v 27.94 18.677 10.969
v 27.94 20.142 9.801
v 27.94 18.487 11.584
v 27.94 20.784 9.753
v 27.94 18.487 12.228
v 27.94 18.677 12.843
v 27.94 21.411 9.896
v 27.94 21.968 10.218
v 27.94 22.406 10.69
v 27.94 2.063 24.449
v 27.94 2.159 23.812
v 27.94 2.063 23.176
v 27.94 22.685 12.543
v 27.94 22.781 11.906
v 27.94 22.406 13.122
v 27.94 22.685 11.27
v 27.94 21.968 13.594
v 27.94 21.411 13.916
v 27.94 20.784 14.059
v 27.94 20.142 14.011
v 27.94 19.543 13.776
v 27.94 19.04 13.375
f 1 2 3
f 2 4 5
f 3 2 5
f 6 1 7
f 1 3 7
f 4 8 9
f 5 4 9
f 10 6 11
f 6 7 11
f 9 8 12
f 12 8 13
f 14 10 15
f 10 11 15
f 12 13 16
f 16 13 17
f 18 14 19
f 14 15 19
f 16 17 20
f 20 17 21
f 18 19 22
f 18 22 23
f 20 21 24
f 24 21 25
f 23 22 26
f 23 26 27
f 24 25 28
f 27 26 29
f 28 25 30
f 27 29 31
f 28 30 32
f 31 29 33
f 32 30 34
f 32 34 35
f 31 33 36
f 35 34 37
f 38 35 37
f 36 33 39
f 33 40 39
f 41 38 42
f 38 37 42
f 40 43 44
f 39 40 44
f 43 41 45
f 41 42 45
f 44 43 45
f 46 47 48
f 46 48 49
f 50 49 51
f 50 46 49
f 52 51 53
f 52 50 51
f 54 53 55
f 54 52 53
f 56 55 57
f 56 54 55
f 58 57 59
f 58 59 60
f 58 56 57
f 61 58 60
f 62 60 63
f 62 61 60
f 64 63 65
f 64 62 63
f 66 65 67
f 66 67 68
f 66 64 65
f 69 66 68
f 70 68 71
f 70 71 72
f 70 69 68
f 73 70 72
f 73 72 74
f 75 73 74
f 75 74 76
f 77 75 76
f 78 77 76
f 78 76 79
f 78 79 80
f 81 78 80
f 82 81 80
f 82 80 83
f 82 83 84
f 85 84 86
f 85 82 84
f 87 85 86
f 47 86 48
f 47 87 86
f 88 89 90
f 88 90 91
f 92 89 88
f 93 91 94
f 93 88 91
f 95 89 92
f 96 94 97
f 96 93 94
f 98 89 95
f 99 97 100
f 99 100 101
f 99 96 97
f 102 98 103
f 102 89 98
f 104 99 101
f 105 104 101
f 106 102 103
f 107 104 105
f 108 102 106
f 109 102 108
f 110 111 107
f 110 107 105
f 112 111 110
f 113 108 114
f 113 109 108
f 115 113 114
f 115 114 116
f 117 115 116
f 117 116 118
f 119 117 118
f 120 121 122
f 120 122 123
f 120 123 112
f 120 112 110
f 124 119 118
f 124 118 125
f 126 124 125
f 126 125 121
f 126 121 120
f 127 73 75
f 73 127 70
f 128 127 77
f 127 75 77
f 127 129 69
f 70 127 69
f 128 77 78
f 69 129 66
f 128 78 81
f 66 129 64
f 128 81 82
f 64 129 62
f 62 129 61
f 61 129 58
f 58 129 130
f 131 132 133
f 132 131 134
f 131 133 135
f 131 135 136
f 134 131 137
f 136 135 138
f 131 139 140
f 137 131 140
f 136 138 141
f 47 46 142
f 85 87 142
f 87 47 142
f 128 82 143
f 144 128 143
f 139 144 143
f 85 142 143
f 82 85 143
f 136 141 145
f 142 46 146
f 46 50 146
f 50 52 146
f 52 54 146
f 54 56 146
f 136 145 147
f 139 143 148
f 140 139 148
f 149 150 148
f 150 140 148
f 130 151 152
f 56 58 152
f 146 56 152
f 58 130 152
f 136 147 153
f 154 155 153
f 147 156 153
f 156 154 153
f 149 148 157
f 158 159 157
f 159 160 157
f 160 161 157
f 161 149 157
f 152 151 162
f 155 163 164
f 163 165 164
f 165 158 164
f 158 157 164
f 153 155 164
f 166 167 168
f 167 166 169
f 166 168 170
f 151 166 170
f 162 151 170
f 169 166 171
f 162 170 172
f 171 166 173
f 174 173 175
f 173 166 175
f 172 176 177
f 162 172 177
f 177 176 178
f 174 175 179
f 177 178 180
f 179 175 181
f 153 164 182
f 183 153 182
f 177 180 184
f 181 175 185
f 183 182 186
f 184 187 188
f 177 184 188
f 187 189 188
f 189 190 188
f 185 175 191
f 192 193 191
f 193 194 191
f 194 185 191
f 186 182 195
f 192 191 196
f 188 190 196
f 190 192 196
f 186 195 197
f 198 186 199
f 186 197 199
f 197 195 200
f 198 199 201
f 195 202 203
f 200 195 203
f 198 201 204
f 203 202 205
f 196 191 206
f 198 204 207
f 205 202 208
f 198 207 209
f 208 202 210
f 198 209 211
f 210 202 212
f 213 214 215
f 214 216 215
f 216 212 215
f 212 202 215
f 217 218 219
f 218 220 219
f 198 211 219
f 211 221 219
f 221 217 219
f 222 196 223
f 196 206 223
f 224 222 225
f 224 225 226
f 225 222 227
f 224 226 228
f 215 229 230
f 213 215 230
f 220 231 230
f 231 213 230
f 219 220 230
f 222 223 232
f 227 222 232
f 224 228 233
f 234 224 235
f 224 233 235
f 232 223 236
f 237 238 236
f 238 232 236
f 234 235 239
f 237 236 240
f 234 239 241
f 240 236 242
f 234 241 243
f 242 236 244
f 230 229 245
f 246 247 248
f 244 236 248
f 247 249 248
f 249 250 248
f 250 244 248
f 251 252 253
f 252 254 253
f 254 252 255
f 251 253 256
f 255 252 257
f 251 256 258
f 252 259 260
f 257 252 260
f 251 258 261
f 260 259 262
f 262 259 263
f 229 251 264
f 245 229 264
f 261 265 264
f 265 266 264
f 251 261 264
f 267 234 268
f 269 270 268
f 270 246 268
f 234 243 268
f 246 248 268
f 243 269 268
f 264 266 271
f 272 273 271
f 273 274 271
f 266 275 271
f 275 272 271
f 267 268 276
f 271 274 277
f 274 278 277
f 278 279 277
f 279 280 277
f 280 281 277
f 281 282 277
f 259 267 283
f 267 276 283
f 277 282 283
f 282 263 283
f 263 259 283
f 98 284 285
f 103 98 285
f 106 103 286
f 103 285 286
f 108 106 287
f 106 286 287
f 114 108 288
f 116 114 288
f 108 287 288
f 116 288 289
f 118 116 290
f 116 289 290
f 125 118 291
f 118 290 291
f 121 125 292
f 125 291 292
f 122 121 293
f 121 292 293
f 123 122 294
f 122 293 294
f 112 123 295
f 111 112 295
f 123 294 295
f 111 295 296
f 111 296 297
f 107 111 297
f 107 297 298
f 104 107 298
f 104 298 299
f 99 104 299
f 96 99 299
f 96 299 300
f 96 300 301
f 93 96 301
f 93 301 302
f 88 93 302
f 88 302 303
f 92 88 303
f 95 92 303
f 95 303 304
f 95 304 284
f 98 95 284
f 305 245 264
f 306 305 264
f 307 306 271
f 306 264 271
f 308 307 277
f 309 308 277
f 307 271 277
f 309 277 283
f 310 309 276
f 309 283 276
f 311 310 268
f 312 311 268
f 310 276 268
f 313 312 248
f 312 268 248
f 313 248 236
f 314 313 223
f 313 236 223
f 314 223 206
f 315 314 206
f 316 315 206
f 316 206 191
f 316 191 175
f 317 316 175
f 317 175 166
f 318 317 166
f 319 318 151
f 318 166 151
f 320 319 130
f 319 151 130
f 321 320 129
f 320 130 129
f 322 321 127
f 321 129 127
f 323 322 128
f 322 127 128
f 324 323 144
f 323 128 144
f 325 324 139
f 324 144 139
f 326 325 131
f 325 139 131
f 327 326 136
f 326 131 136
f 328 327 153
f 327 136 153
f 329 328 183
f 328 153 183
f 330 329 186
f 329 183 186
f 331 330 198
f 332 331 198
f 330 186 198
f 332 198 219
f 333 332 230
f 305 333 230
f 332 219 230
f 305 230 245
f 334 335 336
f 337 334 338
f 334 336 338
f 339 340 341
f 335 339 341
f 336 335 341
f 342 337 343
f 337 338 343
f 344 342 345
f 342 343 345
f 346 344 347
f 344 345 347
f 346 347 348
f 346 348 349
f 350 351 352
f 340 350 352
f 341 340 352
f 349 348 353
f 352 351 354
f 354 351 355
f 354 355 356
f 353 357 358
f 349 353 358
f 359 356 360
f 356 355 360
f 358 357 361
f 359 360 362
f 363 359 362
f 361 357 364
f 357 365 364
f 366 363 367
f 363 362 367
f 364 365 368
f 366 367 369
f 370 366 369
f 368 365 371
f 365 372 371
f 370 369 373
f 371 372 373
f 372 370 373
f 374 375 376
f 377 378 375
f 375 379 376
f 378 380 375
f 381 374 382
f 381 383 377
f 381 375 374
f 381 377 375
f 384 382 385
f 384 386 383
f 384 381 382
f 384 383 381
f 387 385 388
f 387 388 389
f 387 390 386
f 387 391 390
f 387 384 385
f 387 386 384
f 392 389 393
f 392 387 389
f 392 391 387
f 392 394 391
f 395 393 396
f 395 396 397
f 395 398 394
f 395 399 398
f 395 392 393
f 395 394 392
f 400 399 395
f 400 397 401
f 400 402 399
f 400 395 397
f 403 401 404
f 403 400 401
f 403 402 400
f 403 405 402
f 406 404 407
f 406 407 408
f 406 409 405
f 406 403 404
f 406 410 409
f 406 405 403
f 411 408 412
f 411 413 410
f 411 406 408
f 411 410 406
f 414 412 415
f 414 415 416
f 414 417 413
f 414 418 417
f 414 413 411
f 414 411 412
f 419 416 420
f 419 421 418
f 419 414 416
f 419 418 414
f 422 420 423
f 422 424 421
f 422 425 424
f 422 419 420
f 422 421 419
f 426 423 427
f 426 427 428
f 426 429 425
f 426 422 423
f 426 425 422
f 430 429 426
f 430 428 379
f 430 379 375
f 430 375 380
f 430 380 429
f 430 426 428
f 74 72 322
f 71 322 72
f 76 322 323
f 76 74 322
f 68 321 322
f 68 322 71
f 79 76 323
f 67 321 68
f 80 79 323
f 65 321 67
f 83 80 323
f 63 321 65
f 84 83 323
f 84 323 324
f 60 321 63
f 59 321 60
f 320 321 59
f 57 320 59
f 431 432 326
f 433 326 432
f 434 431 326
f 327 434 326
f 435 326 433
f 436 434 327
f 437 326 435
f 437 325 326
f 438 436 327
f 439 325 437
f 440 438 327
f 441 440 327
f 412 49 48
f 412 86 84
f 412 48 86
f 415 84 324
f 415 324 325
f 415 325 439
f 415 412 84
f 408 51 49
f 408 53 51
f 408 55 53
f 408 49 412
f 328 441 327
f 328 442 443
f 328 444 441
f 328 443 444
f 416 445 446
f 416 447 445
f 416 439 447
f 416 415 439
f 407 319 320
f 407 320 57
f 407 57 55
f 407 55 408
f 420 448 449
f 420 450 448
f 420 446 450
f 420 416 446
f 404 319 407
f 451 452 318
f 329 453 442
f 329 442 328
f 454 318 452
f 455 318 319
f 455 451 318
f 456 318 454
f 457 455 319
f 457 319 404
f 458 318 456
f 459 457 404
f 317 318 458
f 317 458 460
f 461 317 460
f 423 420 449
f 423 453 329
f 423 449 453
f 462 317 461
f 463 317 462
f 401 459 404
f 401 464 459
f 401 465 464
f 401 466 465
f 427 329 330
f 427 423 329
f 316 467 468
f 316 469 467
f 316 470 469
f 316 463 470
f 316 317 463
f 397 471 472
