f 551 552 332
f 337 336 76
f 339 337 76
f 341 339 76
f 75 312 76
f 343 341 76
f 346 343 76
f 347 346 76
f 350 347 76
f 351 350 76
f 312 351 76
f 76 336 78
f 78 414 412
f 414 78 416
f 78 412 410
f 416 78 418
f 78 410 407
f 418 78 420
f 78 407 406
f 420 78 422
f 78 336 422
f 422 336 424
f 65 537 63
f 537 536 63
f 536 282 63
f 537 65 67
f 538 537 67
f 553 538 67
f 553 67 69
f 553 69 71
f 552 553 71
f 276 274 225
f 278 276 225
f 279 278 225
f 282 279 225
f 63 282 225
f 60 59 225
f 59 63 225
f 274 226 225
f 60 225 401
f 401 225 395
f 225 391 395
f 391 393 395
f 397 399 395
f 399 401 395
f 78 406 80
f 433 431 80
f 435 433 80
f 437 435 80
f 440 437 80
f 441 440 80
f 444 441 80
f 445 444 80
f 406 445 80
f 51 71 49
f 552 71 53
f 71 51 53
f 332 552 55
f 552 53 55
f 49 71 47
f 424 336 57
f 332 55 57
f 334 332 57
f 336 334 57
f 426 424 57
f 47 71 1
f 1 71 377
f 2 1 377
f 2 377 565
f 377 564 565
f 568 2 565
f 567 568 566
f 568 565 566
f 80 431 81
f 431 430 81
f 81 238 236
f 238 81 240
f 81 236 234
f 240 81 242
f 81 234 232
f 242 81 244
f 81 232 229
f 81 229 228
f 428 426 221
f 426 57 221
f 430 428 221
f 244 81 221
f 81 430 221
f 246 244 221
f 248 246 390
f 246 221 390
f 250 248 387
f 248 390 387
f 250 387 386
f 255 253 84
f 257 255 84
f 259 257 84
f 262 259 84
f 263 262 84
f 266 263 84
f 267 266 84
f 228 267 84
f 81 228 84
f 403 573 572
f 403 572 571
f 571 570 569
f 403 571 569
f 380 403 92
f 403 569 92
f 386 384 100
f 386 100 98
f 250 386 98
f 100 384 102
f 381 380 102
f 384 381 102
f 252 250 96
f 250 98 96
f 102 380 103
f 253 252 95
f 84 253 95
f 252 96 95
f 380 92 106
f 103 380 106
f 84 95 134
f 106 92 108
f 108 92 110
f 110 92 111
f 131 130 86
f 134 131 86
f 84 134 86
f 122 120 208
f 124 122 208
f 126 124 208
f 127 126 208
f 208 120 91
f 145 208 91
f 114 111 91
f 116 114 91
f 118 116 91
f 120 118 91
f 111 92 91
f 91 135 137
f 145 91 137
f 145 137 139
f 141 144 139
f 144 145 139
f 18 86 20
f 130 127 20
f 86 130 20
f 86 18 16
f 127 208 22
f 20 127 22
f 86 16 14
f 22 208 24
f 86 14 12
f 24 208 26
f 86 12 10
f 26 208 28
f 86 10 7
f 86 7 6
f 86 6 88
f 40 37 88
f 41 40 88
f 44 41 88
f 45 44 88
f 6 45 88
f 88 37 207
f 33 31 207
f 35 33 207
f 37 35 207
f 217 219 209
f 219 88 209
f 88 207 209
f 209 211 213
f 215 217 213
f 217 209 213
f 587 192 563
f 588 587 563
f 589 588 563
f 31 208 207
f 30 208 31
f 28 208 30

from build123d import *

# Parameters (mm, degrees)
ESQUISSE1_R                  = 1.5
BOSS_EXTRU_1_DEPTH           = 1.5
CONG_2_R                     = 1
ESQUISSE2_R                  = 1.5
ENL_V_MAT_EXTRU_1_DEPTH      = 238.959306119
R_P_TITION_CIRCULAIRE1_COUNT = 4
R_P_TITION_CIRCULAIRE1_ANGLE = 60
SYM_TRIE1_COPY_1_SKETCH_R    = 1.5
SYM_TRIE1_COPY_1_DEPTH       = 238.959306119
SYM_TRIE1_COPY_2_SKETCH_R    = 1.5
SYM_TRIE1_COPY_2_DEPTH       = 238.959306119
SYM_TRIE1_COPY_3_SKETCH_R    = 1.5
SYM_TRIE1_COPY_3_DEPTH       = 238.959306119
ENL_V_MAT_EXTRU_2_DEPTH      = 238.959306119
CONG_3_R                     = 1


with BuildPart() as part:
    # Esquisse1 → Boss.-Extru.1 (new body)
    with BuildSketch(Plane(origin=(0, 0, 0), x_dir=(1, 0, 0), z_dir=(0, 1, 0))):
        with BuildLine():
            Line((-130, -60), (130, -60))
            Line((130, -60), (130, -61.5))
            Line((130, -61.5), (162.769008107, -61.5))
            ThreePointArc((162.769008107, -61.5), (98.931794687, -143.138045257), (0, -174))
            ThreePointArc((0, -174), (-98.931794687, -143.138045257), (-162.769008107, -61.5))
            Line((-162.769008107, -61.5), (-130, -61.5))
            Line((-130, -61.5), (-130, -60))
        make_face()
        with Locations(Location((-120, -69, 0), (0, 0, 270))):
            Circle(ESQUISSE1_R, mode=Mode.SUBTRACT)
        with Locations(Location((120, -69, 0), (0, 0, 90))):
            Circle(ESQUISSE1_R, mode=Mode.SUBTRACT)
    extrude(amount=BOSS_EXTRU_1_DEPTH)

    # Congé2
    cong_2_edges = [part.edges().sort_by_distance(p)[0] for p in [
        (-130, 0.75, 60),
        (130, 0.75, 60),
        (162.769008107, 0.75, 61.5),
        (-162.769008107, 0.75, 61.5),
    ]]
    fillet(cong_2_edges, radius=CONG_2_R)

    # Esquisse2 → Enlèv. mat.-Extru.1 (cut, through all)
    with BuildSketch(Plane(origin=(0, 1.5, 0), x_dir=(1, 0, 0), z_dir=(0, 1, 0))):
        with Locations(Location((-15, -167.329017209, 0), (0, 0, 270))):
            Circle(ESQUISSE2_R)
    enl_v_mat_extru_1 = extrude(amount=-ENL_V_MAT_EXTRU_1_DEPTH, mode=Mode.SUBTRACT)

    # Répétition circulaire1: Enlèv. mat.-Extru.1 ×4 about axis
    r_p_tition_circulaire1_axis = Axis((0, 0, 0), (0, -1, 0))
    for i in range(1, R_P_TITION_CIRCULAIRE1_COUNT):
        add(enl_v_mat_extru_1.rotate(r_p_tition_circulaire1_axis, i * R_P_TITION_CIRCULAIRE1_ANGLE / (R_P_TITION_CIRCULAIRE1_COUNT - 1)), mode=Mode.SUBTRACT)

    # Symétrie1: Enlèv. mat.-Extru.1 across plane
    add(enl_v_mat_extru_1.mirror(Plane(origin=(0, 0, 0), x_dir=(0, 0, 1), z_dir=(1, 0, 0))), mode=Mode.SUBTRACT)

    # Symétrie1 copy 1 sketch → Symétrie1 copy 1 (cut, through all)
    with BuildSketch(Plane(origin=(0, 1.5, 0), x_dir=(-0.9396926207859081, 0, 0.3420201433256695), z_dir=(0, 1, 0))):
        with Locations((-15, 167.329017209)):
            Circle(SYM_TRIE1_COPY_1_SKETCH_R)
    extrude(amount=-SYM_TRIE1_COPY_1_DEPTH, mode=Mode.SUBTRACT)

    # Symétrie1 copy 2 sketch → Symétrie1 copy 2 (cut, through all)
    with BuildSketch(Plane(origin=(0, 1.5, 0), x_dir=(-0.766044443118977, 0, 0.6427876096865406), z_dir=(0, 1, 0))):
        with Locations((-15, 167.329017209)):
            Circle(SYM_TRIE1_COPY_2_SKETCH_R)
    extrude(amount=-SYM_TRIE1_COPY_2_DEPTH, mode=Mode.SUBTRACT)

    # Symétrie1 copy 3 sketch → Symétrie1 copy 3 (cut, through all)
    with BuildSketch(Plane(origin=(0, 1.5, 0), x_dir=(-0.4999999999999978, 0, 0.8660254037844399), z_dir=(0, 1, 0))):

**What is expected**
Of the entries above, repeat exactly the lines between the line with "f 424 336 57" and the line with "f 84 253 95", inclusive, and no others.

**Response to this exercise**
f 424 336 57
f 332 55 57
f 334 332 57
f 336 334 57
f 426 424 57
f 47 71 1
f 1 71 377
f 2 1 377
f 2 377 565
f 377 564 565
f 568 2 565
f 567 568 566
f 568 565 566
f 80 431 81
f 431 430 81
f 81 238 236
f 238 81 240
f 81 236 234
f 240 81 242
f 81 234 232
f 242 81 244
f 81 232 229
f 81 229 228
f 428 426 221
f 426 57 221
f 430 428 221
f 244 81 221
f 81 430 221
f 246 244 221
f 248 246 390
f 246 221 390
f 250 248 387
f 248 390 387
f 250 387 386
f 255 253 84
f 257 255 84
f 259 257 84
f 262 259 84
f 263 262 84
f 266 263 84
f 267 266 84
f 228 267 84
f 81 228 84
f 403 573 572
f 403 572 571
f 571 570 569
f 403 571 569
f 380 403 92
f 403 569 92
f 386 384 100
f 386 100 98
f 250 386 98
f 100 384 102
f 381 380 102
f 384 381 102
f 252 250 96
f 250 98 96
f 102 380 103
f 253 252 95
f 84 253 95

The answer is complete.